思いやりのもう一歩先へ
私の職場で、夏に育児休暇から復帰した男性がいる。
そして復帰以降、彼は、午前中のみの勤務という、時短勤務をすることになった。
おそらく私の職場ではじめての大幅な時短勤務。ましてや男性では前例がない。彼には妻もいるが、彼女も仕事をするという。
正直、慢性的に人員は足りておらず、常に手に余る量の業務を持たされている私達にとって、彼の復帰が待ち遠しかったところに来て、時短勤務となったことは、なかなかショッキングな出来事だった。

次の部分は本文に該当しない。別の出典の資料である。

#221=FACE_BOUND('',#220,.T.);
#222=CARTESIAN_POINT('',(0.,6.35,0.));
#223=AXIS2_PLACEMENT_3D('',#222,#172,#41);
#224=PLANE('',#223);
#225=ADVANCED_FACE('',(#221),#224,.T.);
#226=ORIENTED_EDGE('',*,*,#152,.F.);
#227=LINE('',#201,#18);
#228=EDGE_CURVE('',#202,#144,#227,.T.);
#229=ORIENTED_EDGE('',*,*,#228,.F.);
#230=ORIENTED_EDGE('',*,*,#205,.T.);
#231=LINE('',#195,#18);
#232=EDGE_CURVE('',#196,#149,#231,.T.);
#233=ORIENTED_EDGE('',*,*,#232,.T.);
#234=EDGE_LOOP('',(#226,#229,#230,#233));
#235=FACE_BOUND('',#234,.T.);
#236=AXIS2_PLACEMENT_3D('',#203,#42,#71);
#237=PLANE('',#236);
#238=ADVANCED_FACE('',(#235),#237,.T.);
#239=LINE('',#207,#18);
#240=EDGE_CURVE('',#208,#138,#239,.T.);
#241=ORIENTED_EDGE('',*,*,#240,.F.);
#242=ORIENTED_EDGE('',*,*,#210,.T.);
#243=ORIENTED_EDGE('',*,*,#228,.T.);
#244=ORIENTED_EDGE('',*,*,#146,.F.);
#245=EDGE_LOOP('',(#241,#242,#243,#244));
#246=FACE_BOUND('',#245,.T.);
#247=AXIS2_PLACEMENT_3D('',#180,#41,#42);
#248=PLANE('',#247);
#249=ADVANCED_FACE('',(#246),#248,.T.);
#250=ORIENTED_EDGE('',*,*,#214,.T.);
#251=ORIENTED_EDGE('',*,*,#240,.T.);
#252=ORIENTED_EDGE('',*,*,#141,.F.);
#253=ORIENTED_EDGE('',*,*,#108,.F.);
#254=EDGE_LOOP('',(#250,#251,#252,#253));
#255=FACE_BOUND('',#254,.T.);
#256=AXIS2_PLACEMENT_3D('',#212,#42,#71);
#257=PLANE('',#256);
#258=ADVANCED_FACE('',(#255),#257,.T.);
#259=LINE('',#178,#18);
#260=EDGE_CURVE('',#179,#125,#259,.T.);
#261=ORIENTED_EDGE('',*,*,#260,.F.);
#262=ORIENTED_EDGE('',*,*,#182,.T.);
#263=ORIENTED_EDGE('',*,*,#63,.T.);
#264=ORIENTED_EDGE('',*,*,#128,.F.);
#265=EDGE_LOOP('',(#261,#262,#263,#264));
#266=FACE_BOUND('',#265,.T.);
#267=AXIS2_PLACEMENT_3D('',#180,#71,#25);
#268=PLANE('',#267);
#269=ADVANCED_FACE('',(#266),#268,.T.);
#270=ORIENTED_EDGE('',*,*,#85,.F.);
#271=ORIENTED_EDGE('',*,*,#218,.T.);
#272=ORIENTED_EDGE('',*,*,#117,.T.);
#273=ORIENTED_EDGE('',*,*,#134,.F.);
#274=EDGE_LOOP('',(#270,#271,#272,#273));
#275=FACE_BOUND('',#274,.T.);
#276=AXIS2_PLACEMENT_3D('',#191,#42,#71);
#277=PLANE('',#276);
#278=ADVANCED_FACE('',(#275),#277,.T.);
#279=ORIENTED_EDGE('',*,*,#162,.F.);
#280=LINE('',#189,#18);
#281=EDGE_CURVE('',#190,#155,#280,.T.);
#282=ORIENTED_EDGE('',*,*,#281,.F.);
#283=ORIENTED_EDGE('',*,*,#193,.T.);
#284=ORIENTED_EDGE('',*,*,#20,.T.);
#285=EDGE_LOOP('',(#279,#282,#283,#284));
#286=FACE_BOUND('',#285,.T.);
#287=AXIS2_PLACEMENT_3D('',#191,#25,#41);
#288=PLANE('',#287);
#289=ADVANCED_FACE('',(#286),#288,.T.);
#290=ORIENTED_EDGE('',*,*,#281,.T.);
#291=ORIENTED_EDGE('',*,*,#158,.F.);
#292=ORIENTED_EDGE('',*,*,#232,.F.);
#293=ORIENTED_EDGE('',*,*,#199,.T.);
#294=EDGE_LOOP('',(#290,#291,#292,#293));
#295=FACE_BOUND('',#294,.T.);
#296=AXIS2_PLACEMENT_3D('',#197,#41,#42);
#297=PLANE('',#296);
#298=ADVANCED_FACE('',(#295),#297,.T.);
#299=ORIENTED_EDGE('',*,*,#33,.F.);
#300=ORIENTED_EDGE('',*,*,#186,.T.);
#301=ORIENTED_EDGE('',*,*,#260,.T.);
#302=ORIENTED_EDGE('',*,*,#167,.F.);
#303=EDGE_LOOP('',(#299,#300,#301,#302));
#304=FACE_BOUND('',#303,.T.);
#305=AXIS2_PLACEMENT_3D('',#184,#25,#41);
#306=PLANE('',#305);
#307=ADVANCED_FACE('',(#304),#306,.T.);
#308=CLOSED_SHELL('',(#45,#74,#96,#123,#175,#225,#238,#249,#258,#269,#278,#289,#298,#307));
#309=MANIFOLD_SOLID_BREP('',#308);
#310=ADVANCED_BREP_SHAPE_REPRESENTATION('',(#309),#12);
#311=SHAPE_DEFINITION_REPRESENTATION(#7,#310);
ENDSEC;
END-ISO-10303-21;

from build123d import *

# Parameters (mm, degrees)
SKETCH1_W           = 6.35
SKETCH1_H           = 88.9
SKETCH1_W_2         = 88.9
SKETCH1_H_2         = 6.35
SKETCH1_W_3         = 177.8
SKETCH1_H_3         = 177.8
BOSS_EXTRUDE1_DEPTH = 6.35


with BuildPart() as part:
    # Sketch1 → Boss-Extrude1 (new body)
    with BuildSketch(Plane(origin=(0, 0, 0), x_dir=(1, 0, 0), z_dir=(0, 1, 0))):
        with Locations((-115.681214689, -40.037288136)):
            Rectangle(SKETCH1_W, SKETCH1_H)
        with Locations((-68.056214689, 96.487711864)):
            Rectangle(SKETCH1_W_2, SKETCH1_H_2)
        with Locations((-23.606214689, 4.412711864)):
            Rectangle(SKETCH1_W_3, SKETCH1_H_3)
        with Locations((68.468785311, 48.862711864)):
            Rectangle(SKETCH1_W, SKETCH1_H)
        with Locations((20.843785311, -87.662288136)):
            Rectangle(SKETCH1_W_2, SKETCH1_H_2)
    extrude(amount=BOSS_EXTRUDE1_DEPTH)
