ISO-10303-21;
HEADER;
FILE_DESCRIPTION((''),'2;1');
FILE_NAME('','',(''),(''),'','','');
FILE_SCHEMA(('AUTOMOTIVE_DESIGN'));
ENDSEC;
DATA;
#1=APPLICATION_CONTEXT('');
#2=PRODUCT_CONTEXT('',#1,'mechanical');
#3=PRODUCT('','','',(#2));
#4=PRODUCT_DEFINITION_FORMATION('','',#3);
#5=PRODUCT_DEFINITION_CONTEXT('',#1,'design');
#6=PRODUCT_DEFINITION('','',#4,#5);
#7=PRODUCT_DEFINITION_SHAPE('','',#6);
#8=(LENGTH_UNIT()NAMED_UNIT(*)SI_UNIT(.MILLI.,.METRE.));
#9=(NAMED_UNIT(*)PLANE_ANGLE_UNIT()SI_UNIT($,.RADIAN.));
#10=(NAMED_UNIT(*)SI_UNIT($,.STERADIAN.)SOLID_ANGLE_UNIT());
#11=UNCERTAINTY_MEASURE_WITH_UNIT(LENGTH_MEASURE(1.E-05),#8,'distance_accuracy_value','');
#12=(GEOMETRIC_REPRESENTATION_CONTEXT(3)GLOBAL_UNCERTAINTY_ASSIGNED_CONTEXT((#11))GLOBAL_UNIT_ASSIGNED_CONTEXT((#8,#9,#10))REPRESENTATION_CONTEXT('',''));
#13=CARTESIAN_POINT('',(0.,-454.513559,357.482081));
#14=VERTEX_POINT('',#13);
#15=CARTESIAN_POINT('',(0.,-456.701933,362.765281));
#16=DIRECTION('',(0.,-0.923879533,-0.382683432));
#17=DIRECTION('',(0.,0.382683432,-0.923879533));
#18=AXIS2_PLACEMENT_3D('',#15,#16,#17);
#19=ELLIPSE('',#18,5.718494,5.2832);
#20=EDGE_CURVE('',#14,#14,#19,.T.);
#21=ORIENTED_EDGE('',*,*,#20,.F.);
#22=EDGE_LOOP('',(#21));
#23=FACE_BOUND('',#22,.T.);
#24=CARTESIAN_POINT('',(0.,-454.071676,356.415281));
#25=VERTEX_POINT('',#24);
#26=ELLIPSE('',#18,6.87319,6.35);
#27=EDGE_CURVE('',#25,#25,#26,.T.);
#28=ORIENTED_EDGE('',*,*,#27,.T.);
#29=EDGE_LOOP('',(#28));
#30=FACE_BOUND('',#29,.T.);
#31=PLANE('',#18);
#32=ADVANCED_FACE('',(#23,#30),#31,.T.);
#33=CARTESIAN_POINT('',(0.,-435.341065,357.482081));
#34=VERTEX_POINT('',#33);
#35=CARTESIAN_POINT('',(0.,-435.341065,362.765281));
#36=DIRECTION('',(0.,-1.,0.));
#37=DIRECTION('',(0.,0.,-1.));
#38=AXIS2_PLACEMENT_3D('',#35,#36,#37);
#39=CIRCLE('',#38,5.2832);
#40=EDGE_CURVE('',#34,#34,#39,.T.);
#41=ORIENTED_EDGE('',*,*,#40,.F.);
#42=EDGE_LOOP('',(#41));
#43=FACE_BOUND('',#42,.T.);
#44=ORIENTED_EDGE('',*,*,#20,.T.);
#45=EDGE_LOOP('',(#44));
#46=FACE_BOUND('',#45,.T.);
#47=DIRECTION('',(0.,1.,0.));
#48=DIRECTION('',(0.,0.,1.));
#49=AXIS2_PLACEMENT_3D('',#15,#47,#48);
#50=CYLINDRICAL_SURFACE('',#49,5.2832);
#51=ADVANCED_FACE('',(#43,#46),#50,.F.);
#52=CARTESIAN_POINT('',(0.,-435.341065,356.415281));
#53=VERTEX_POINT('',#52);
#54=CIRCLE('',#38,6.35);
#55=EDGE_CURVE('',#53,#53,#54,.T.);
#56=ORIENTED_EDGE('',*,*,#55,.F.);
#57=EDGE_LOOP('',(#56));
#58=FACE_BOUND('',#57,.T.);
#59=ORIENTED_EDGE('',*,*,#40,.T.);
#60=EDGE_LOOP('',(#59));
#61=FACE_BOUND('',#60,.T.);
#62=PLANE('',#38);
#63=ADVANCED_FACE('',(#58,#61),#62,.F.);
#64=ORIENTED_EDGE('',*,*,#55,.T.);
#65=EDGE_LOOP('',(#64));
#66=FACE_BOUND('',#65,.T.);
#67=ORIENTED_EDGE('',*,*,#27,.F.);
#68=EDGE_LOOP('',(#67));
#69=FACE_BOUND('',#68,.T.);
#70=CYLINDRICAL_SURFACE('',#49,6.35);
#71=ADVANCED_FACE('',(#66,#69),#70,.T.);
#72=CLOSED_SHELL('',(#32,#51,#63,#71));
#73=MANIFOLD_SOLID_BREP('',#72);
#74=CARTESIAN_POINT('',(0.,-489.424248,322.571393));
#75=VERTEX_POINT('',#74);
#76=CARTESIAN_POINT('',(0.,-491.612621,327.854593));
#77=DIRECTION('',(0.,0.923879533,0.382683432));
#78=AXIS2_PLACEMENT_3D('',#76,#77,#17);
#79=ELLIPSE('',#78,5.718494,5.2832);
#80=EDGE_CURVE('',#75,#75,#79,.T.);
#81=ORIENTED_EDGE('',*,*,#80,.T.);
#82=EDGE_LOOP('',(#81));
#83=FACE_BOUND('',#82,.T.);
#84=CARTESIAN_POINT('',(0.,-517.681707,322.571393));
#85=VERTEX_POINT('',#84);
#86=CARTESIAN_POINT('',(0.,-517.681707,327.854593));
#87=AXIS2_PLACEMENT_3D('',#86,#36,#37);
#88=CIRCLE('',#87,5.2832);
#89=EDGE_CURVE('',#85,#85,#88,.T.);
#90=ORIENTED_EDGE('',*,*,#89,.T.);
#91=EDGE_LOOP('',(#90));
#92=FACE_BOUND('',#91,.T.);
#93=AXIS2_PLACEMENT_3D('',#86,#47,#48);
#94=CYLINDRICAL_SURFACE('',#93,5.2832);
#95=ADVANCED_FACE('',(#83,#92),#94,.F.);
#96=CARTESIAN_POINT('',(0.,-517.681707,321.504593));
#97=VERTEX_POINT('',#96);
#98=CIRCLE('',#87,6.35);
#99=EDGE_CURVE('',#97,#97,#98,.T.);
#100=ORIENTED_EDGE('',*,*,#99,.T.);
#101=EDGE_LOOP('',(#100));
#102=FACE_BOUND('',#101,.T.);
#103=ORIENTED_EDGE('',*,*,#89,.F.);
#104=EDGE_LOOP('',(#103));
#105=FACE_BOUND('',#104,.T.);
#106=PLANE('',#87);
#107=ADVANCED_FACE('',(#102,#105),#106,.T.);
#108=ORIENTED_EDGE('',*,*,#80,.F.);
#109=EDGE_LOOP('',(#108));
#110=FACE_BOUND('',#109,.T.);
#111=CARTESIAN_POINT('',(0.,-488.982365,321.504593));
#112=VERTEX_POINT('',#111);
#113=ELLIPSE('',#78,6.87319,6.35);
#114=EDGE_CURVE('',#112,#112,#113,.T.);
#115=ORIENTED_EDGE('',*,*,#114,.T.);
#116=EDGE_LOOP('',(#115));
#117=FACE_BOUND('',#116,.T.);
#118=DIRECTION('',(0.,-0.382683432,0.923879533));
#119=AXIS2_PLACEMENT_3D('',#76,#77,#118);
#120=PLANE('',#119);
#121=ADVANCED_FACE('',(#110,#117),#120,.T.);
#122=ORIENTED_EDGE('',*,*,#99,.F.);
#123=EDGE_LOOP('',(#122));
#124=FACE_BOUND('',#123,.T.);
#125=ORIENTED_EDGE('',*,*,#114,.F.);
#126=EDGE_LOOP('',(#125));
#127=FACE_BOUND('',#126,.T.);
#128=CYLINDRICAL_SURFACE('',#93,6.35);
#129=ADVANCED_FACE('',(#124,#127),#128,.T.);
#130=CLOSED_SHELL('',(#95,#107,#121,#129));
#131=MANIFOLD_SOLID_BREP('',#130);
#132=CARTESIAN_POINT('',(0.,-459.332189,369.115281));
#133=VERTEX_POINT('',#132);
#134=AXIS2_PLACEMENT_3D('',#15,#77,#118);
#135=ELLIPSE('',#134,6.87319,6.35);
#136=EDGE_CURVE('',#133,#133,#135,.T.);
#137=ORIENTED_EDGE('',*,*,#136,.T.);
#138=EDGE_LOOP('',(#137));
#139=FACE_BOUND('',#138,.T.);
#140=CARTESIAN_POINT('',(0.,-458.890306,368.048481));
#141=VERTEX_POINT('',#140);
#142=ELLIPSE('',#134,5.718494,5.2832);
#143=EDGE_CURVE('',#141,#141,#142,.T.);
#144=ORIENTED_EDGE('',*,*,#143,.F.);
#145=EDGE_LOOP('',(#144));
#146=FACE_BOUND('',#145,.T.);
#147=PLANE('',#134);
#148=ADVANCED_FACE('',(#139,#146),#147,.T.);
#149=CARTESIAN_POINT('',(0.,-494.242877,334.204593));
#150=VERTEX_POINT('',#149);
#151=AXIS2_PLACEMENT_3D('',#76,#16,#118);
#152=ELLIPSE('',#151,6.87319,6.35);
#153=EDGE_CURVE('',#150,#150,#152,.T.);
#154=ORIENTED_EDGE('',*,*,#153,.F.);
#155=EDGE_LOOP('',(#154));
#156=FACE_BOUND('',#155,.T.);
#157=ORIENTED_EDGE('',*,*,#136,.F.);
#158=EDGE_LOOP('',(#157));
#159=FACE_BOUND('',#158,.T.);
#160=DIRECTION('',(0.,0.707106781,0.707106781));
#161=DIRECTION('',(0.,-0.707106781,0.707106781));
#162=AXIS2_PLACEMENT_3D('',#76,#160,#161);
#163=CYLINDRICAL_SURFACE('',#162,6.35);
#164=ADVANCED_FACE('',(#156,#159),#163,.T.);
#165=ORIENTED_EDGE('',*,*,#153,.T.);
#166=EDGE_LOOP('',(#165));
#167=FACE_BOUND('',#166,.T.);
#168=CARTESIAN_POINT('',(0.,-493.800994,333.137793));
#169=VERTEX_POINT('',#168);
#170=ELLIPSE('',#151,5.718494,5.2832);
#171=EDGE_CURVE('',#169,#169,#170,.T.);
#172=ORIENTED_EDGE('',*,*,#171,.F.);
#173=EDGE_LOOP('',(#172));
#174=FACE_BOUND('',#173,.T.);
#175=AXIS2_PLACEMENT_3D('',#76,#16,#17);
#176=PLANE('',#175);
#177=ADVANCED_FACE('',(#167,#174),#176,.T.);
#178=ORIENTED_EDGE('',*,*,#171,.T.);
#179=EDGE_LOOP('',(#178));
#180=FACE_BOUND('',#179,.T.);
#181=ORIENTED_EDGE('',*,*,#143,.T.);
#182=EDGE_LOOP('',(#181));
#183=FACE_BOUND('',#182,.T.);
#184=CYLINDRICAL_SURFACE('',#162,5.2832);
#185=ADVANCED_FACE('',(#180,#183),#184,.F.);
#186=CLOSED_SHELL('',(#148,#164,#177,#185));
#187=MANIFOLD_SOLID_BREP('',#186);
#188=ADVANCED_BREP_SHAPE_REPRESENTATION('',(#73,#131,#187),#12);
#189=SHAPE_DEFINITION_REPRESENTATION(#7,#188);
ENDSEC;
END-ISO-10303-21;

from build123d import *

# Parameters (mm, degrees)
SKETCH11_R                = 6.35
SKETCH11_R_2              = 5.2832
PIPE_0_5_SCH_40_1_DEPTH   = 26.080611598
SKETCH11_ON_SEGMENT_2_R   = 6.35
SKETCH11_ON_SEGMENT_2_R_2 = 5.2832
PIPE_0_5_SCH_40_1_2_DEPTH = 58.810656537
SKETCH11_ON_SEGMENT_3_R   = 6.35
SKETCH11_ON_SEGMENT_3_R_2 = 5.2832
PIPE_0_5_SCH_40_1_3_DEPTH = 30.788829985


with BuildPart() as part:
    # Sketch11 → Pipe 0.5 SCH 40(1) (new body)
    with BuildSketch(Plane(origin=(0, -435.341064838, 362.765281468), x_dir=(0, 0, -1), z_dir=(0, -1, 0))):
        Circle(SKETCH11_R)
        Circle(SKETCH11_R_2, mode=Mode.SUBTRACT)
    extrude(amount=PIPE_0_5_SCH_40_1_DEPTH)

    # Pipe 0.5 SCH 40(1) mitre 1
    split(bisect_by=Plane(origin=(0, -456.701932557, 362.765281468), x_dir=(-1, 0, 0), z_dir=(0, 0.923879533, 0.382683432)), keep=Keep.TOP)


with BuildPart() as body_2:
    # Sketch11 on segment 2 (carried to segment 2) → Pipe 0.5 SCH 40_1 2 (new body)
    with BuildSketch(Plane(origin=(0, -453.364569654, 366.10264437), x_dir=(0, 0.707106781, -0.707106781), z_dir=(0, -0.707106781, -0.707106781))):
        Circle(SKETCH11_ON_SEGMENT_2_R)
        Circle(SKETCH11_ON_SEGMENT_2_R_2, mode=Mode.SUBTRACT)
    extrude(amount=PIPE_0_5_SCH_40_1_2_DEPTH)

    # Pipe 0.5 SCH 40_1 2 mitre 1
    split(bisect_by=Plane(origin=(0, -456.701932557, 362.765281468), x_dir=(1, 0, 0), z_dir=(0, -0.923879533, -0.382683432)), keep=Keep.TOP)

    # Pipe 0.5 SCH 40_1 2 mitre 2
    split(bisect_by=Plane(origin=(0, -491.612620796, 327.854593229), x_dir=(-1, 0, 0), z_dir=(0, 0.923879533, 0.382683432)), keep=Keep.TOP)


with BuildPart() as body_3:
    # Sketch11 on segment 3 (carried to segment 3) → Pipe 0.5 SCH 40_1 3 (new body)
    with BuildSketch(Plane(origin=(0, -486.892876917, 327.854593229), x_dir=(0, 0, -1), z_dir=(0, -1, 0))):
        Circle(SKETCH11_ON_SEGMENT_3_R)
        Circle(SKETCH11_ON_SEGMENT_3_R_2, mode=Mode.SUBTRACT)
    extrude(amount=PIPE_0_5_SCH_40_1_3_DEPTH)

    # Pipe 0.5 SCH 40_1 3 mitre 1
    split(bisect_by=Plane(origin=(0, -491.612620796, 327.854593229), x_dir=(1, 0, 0), z_dir=(0, -0.923879533, -0.382683432)), keep=Keep.TOP)


solid = Compound([part.part, body_2.part, body_3.part])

しかし、当の本人はもちろんそんなことはおかまいなし、と言わんばかりの堂々とした態度で日々過ごしていた。
先日、彼が子どもの体調不良のために仕事を休んだ。
しかし、その日の午後、彼はその子どもとともに職場に現れた。私の職場のある公民館にやってきた、という方が正しいかもしれない。もちろん、私達には目もくれない。
何か用事があったのだろう。
そう思う反面、どうして熱のある子をここに連れてきたのだろう、休んだはずなのに、という心の声が私の中で響いた。
同時に、そんなことを考える自分の器の小ささを恥じた。
要するに、彼の働き方に私がなかなか納得することができていないということではないか。そんなこと彼には関係ないことだし、これはきっと環境のせいなのだ。私達に余裕がないからなのだ。と、逡巡していることを、同僚にふと話したときだった。
同僚は言った。
『それももちろんあるけど、いろんな受け取り方があるんだから、彼ももっとそんなこと思われないように行動するべきなんじゃないかな。そこの思いやりが足りないよね』と。
あ、そっちの思いやりか!
私は、時短勤務の彼に対する自分の思いやりが足りないとばかり思い、自分を少なからず責めていた。それもおかしな話だが、どうしても私にはその傾向がある。
それに同僚は一石を投じてくれた。
あちら側も相手を思いやってもよいのでは。
気づかなかった。
そっか。
ふと肩の荷が下りた気がした。
思いやりは一方通行ではない。お互いにあって良いものなんだ。それはもちろん期待するものでも、求めるものでもないけれど。
こちらがあるなら、あちらもあるかも知れない。そんな当たり前のことを忘れていたことにハッとして、同僚の一言にひどく感銘を受けた。
相手を責めればいいという意味ではないが、自分ばかりを責める必要なんて、さらさらないのだ。
実は、これは今日の残業中の雑談で得た気づき。
普段はできるだけ残業をしない努力をしているが、たまには残業も悪くないな、そう思えたひと時だった。